Constraint solving of higher-kinded type variables is too coarse

[joroKr21]

Straight out of scala/bug#10753 (comment)

trait Bar[F[_]]
trait Foo[A]
trait Qux[A] extends Foo[A]
object Qux {
  implicit def string: Qux[String] = ???
  implicit def bar: Bar[Qux] = ???
}

case class Problem[A](a: A)
object Problem {
  import Qux._
  implicit def deriv[A, F[_]](implicit B: Bar[F], F: F[A]): F[Problem[A]] = ???
  implicitly[Foo[Problem[String]]]
}

I don't know if this is the intended behaviour in Dotty, but I'm reporting it just in case. It looks like F is instantiated to Foo in Dotty but not in Scala, which is what scala/bug#10753 is all about. The code above is a counterexample (maybe it can be minimized further).

[smarter]

Here's a minimized example:

trait Higher[F[_]]
trait Super[A]
trait Sub[A] extends Super[A]

object Test {
  implicit def higherSub: Higher[Sub] = ???
  implicit def deriv[F[_]](implicit bla: Higher[F]): F[String] = ???

  val x: Super[String] = deriv
}

To typecheck this we need to solve:

   ?F[String] <: Super[String]

At this point we instantiate ?F := Super, meaning that higherSub is no longer a valid solution. We do this because ?F <: Super wouldn't be a precise enough constraint, for example Wrong defined as trait Wrong[A <: Int] extends Super[A] would satisfy this constraint, but Wrong[String] wouldn't typecheck. scalac does not have this issue because it does not constrain ?F before doing the implicit search, this means that if we add an implicit def higherList: Higher[List] = ???, scalac will complain with an ambiguous implicit error even though there is no ambiguity.

To solve this properly we would need a way to constrain the kind of ?F without constraining ?F itself (we want ?F to have kind * -> * which is different from (* <: Int) -> *, the kind of Wrong), this is likely to be hard to do given how complex constraint solving already is, and the fact that we never explicitly represent kinds in the compiler currently.

[smarter]

Thinking about it more, I wonder if we could constrain the kind of ?F using just type constraints. If we introduce a fresh type variable ?F_1 and set the constraints:

?F =: [X] => ?F_1[X]
?F_1 <: Foo

Then ?F_1 = Wrong wouldn't be a valid solution.

[smarter]

Actually, no need for a fresh type variable, we can just set:

?F >: [X] => Nothing <: [X] => Foo[X]

[Blaisorblade]

We do this because ?F <: Super wouldn't be a precise enough constraint, for example Wrong defined as trait Wrong[A <: Int] extends Super[A] would satisfy this constrain

There seems to be some confusion. I think we have Super = [X] => Super[X], right?
Then, I think we have Wrong[A] <: Super[A] but not Wrong <: Super because of the variance. Otherwise, ?F <: [X] => Foo[X] would be equivalent to ?F := Foo.
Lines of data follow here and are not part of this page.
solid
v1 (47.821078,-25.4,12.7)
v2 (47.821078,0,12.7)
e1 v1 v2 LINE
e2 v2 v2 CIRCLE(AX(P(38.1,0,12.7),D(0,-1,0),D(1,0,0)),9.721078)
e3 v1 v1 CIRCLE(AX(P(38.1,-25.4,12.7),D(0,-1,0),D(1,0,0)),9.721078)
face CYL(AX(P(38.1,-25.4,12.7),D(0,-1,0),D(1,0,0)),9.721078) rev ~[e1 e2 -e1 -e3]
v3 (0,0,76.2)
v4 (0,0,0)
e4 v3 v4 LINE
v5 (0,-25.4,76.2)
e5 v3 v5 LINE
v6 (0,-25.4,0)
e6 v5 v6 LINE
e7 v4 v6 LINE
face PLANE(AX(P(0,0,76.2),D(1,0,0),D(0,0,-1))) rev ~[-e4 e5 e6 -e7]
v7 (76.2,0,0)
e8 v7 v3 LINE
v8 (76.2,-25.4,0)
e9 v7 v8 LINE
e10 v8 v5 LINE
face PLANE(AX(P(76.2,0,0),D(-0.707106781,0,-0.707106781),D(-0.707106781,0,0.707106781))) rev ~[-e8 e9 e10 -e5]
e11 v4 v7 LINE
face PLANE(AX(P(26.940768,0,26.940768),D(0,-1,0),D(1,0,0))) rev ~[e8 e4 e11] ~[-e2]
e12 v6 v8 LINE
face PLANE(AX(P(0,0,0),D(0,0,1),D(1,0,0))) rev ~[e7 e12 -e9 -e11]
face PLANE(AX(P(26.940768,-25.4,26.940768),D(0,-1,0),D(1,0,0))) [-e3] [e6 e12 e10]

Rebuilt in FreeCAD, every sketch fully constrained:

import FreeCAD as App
import Part
import Sketcher

V = App.Vector
Q = App.Units.Quantity

doc = App.newDocument("Part")
body = doc.addObject("PartDesign::Body", "Body")

# Sketch on XZ plane
sketch1 = doc.addObject("Sketcher::SketchObject", "Sketch")
body.addObject(sketch1)
sketch1.AttachmentSupport = (doc.XZ_Plane, [""])
sketch1.MapMode = "FlatFace"
sketch1.addGeometry(Part.LineSegment(V(0, 0, 0), V(76, 0, 0)), False)
sketch1.addGeometry(Part.LineSegment(V(76, 0, 0), V(0, 76, 0)), False)
sketch1.addGeometry(Part.LineSegment(V(0, 76, 0), V(0, 0, 0)), False)
sketch1.addConstraint(Sketcher.Constraint("Coincident", 0, 2, 1, 1))
sketch1.addConstraint(Sketcher.Constraint("Coincident", 1, 2, 2, 1))
sketch1.addConstraint(Sketcher.Constraint("Coincident", 2, 2, 0, 1))
sketch1.addConstraint(Sketcher.Constraint("Horizontal", 0))
sketch1.addConstraint(Sketcher.Constraint("Vertical", 2))
sketch1.addConstraint(Sketcher.Constraint("Coincident", 2, 2, -1, 1))
sketch1.addConstraint(Sketcher.Constraint("Equal", 0, 2))
sketch1.addConstraint(Sketcher.Constraint("DistanceX", 0, 1, 0, 2, Q("3 in")))
pad1 = doc.addObject("PartDesign::Pad", "Pad")
body.addObject(pad1)
pad1.Profile = sketch1
pad1.Length = Q("1 in")

# Sketch on XZ plane
sketch2 = doc.addObject("Sketcher::SketchObject", "Sketch001")
body.addObject(sketch2)
sketch2.AttachmentSupport = (doc.XZ_Plane, [""])
sketch2.MapMode = "FlatFace"
sketch2.AttachmentOffset = App.Placement(V(0, 0, 1 * 25.4), App.Rotation())
sketch2.addGeometry(Part.Circle(V(38, 13, 0), V(0, 0, 1), 10), False)
sketch2.addConstraint(Sketcher.Constraint("DistanceX", -1, 1, 0, 3, Q("1.5 in")))
sketch2.addConstraint(Sketcher.Constraint("DistanceY", -1, 1, 0, 3, Q("0.5 in")))
sketch2.addConstraint(Sketcher.Constraint("Diameter", 0, Q("19.442156 mm")))
pocket1 = doc.addObject("PartDesign::Pocket", "Pocket")
body.addObject(pocket1)
pocket1.Profile = sketch2
pocket1.Type = "ThroughAll"

doc.recompute()
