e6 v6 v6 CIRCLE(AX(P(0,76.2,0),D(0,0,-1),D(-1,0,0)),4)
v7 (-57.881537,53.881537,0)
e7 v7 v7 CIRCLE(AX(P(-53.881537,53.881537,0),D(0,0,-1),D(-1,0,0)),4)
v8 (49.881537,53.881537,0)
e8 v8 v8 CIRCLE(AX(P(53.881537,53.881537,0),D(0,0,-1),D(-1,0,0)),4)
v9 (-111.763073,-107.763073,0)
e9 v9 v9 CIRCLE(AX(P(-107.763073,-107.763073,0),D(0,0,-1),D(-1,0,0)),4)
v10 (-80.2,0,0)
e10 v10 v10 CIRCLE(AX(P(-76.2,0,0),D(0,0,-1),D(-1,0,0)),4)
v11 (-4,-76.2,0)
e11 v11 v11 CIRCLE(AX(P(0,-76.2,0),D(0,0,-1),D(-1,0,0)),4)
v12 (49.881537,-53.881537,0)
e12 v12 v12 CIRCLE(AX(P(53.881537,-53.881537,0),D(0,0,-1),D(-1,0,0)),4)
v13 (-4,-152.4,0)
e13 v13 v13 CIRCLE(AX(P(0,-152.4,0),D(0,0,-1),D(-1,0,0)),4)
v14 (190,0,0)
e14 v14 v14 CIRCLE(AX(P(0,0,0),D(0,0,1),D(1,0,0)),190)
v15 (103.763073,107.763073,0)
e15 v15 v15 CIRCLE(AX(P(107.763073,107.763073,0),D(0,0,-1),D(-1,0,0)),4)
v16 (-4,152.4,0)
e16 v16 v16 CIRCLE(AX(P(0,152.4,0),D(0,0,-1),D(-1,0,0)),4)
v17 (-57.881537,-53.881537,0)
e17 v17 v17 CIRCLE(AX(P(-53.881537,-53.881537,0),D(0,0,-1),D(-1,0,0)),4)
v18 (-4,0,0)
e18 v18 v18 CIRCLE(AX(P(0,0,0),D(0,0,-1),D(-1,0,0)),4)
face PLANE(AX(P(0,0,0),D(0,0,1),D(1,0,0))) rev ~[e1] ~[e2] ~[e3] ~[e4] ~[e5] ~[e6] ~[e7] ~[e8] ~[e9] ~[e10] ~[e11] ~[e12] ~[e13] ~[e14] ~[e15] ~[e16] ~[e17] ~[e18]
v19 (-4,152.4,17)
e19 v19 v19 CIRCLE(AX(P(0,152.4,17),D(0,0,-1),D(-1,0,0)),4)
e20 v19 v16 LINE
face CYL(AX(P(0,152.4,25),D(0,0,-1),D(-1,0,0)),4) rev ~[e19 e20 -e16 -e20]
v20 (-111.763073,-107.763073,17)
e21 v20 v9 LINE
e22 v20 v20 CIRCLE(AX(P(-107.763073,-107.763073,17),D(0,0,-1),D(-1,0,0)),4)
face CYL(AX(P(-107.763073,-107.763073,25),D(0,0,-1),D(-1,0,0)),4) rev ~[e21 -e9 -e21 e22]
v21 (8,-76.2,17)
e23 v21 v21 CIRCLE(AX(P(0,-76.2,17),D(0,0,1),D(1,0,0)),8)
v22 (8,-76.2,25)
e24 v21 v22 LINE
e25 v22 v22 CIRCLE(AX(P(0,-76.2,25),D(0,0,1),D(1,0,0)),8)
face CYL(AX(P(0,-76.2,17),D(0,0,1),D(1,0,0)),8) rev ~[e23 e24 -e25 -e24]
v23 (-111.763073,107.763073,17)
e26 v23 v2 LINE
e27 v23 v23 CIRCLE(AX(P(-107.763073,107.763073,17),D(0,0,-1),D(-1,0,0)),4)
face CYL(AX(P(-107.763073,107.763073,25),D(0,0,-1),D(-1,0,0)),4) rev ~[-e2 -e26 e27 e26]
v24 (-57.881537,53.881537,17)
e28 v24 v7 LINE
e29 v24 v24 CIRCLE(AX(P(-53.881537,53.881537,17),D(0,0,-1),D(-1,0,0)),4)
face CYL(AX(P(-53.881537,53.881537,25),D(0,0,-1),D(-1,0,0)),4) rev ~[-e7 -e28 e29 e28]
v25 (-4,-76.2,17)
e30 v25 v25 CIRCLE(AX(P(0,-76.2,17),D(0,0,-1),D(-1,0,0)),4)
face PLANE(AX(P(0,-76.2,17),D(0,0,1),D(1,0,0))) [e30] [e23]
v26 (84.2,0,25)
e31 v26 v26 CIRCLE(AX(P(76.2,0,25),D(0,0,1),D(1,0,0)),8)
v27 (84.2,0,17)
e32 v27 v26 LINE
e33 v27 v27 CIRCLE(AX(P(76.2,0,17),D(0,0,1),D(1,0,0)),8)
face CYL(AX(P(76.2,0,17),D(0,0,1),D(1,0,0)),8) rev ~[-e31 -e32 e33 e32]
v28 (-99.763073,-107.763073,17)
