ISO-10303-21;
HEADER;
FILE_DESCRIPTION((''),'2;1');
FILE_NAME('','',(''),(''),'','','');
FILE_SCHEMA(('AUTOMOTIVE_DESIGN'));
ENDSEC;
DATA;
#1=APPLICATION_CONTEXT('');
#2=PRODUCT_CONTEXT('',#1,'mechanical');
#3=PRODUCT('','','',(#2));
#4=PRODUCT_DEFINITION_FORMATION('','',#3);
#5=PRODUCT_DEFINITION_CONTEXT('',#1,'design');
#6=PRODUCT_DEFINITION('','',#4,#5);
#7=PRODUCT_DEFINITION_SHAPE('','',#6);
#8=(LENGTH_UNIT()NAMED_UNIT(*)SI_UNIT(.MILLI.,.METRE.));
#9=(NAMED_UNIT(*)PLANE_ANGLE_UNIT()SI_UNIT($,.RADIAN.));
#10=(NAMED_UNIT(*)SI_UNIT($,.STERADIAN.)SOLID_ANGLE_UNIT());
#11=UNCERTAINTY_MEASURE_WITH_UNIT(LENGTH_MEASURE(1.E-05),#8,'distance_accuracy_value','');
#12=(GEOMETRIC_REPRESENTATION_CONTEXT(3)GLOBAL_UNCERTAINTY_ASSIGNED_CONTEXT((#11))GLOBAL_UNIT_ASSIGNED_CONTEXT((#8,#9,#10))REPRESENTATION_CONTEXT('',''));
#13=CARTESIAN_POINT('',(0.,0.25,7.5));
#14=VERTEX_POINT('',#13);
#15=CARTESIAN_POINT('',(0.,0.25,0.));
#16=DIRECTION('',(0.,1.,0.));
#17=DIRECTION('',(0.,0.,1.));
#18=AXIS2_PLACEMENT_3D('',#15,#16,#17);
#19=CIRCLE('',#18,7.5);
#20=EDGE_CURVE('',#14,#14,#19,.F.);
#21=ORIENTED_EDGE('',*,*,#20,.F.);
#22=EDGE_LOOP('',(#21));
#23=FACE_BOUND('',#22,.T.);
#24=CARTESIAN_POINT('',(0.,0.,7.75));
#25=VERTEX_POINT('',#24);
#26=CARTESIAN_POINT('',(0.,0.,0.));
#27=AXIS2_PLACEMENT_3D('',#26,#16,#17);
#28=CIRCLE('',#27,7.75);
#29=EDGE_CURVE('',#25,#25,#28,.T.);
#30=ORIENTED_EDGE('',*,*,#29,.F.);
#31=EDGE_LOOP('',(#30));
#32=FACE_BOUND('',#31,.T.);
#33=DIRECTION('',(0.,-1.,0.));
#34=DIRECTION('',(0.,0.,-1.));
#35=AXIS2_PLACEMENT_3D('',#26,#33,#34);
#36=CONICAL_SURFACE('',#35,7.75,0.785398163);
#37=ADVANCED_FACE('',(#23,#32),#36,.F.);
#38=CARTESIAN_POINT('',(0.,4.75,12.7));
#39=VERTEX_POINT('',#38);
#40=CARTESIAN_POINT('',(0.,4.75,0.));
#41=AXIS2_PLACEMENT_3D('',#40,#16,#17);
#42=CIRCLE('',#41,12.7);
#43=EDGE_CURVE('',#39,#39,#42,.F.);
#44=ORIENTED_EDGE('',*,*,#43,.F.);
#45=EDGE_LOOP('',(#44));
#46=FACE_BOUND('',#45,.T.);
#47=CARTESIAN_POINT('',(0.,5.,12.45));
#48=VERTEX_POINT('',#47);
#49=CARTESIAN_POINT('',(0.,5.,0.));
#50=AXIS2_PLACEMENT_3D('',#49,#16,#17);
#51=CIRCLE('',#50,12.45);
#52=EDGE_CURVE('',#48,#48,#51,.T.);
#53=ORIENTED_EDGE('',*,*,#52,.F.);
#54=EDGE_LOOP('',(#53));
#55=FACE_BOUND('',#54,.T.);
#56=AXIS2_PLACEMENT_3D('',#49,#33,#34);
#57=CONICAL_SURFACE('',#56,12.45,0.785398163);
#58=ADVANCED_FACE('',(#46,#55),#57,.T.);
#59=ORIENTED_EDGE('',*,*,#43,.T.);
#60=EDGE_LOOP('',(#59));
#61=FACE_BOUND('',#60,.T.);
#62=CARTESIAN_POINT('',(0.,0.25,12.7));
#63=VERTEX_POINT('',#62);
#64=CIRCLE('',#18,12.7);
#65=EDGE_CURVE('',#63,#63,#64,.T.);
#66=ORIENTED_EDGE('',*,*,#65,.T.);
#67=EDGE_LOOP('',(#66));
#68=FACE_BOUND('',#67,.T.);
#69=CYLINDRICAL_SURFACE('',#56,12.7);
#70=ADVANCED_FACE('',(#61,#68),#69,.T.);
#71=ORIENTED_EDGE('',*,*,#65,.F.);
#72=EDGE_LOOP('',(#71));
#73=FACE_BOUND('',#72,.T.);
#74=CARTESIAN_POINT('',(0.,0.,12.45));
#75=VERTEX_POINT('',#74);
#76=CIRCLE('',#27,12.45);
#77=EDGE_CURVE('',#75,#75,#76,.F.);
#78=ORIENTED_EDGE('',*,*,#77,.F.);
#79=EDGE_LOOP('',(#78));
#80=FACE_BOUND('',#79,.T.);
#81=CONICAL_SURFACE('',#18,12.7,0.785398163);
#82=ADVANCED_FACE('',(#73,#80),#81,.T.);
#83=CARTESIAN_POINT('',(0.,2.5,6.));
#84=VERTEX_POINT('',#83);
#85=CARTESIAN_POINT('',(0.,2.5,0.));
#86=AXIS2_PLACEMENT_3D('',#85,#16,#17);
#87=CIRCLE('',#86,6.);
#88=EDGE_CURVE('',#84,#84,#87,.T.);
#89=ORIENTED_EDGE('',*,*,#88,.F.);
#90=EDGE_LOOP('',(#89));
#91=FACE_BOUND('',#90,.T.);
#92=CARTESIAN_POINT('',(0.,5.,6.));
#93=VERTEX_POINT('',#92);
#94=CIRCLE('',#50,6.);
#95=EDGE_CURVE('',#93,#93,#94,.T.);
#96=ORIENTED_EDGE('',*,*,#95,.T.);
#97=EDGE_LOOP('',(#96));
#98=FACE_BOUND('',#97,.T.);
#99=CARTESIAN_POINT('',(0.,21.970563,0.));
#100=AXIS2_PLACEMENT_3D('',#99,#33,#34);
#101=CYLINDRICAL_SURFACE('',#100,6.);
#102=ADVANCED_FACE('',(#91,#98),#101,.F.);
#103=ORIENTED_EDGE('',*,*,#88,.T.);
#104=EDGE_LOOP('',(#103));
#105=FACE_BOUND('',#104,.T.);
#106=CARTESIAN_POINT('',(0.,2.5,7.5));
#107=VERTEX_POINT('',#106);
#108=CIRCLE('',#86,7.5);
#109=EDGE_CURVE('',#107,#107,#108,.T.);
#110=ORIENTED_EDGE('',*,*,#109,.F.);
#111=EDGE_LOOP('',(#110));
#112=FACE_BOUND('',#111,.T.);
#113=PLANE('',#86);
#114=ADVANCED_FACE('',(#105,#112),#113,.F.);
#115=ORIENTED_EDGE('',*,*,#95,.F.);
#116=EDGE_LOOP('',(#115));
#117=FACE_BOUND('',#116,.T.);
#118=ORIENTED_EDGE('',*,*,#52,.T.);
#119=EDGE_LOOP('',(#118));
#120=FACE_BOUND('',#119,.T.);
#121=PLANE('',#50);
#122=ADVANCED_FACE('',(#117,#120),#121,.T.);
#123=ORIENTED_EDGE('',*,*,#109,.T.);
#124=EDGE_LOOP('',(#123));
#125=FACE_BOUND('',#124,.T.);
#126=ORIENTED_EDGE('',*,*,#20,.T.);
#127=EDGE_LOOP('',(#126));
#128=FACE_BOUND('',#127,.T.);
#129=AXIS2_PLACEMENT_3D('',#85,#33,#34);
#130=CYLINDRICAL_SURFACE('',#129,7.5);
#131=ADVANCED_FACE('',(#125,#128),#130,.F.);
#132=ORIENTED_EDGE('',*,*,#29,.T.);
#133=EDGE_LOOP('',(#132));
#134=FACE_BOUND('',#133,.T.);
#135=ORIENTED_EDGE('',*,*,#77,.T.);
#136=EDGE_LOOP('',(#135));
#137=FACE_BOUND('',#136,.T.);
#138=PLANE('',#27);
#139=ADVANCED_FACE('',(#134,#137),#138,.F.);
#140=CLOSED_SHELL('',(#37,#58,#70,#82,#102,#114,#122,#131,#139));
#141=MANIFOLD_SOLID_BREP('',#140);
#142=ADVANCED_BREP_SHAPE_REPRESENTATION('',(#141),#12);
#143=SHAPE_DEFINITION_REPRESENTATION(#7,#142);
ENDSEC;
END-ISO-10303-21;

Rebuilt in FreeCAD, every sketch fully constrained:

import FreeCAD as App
import Part
import Sketcher


def edges_at(feature, points):
    """Names of the edges that pass closest to the given points."""
    edges = feature.Shape.Edges
    near = lambda p: min(range(len(edges)), key=lambda i: edges[i].distToShape(Part.Vertex(*p))[0])
    return sorted({f"Edge{near(p) + 1}" for p in points})

doc = App.newDocument("Part")
body = doc.addObject("PartDesign::Body", "Body")

# Sketch on XZ plane
sketch1 = body.newObject("Sketcher::SketchObject", "Sketch")
sketch1.AttachmentSupport = (doc.getObject("XZ_Plane"), [""])
sketch1.MapMode = "FlatFace"
sketch1.addGeometry(Part.Circle(App.Vector(0, 0, 0), App.Vector(0, 0, 1), 13), False)
sketch1.addConstraint([
    Sketcher.Constraint("Coincident", 0, 3, -1, 1),
    Sketcher.Constraint("Diameter", 0, 25.4),
])
pad1 = body.newObject("PartDesign::Pad", "Pad")
pad1.Profile = sketch1
pad1.Length = 5
pad1.Reversed = True

# Sketch on XZ plane
sketch2 = body.newObject("Sketcher::SketchObject", "Sketch001")
sketch2.AttachmentSupport = (doc.getObject("XZ_Plane"), [""])
sketch2.MapMode = "FlatFace"
sketch2.addGeometry(Part.Circle(App.Vector(0, 0, 0), App.Vector(0, 0, 1), 6), False)
sketch2.addConstraint([
    Sketcher.Constraint("Coincident", 0, 3, -1, 1),
    Sketcher.Constraint("Diameter", 0, 12.0),
])
pocket1 = body.newObject("PartDesign::Pocket", "Pocket")
pocket1.Profile = sketch2
pocket1.Length = 5

# Sketch on XZ plane
sketch3 = body.newObject("Sketcher::SketchObject", "Sketch002")
sketch3.AttachmentSupport = (doc.getObject("XZ_Plane"), [""])
sketch3.MapMode = "FlatFace"
sketch3.addGeometry([
    Part.Circle(App.Vector(0, 0, 0), App.Vector(0, 0, 1), 8),
    Part.Circle(App.Vector(0, 0, 0), App.Vector(0, 0, 1), 6),
], False)
sketch3.addConstraint([
    Sketcher.Constraint("Coincident", 0, 3, -1, 1),
    Sketcher.Constraint("Coincident", 1, 3, -1, 1),
    Sketcher.Constraint("Diameter", 0, 15.0),
    Sketcher.Constraint("Diameter", 1, 12.0),
])
pocket2 = body.newObject("PartDesign::Pocket", "Pocket001")
pocket2.Profile = sketch3
pocket2.Length = 2.5
doc.recompute()

chamfer = body.newObject("PartDesign::Chamfer", "Chamfer")
chamfer.Base = (pocket2, edges_at(pocket2, [(0, 0, -7.5), (0, 0, -12.7), (0, 5, -12.7)]))
chamfer.Size = 0.25

doc.recompute()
I already suspected you can have Wrong[A] <: Super[A] but not Wrong <: Super earlier in #3856 (comment).

[smarter]

Hmm right, then you can scratch everything I said above :).

[Blaisorblade]

If my interpretation works, then maybe we could set ?F <: Super, and then fix any code that gets confused about this if possible, no?

[smarter]

Yes.

[smarter]

I've played a bit with this, but this will be annoying to get working properly until we get rid of the poly-kinded Nothing, because currently we can end up instantiating type variables with a wrong kind if we're not careful, see https://github.com/dotty-staging/dotty/commits/fix/hk-constraint

[Blaisorblade]

Wait, if Nothing is poly-kinded then ?F := Nothing is well-kinded, no? (And Martin wants to add AnyKind). OTOH, Nothing isn't poly-kinded enough.

[smarter]

Yes, but the problem is that we start with for example: ?F >: Nothing <: [X <: Int] => Any, then we do:

?F[A] <:< List[A]
  ?F <:< List

At this point we should not instantiate anything and return false because the kind of?F is not a subkind of the kind of List, but since the lower-bound of ?F is a valid solution, we end up setting ?F := Nothing.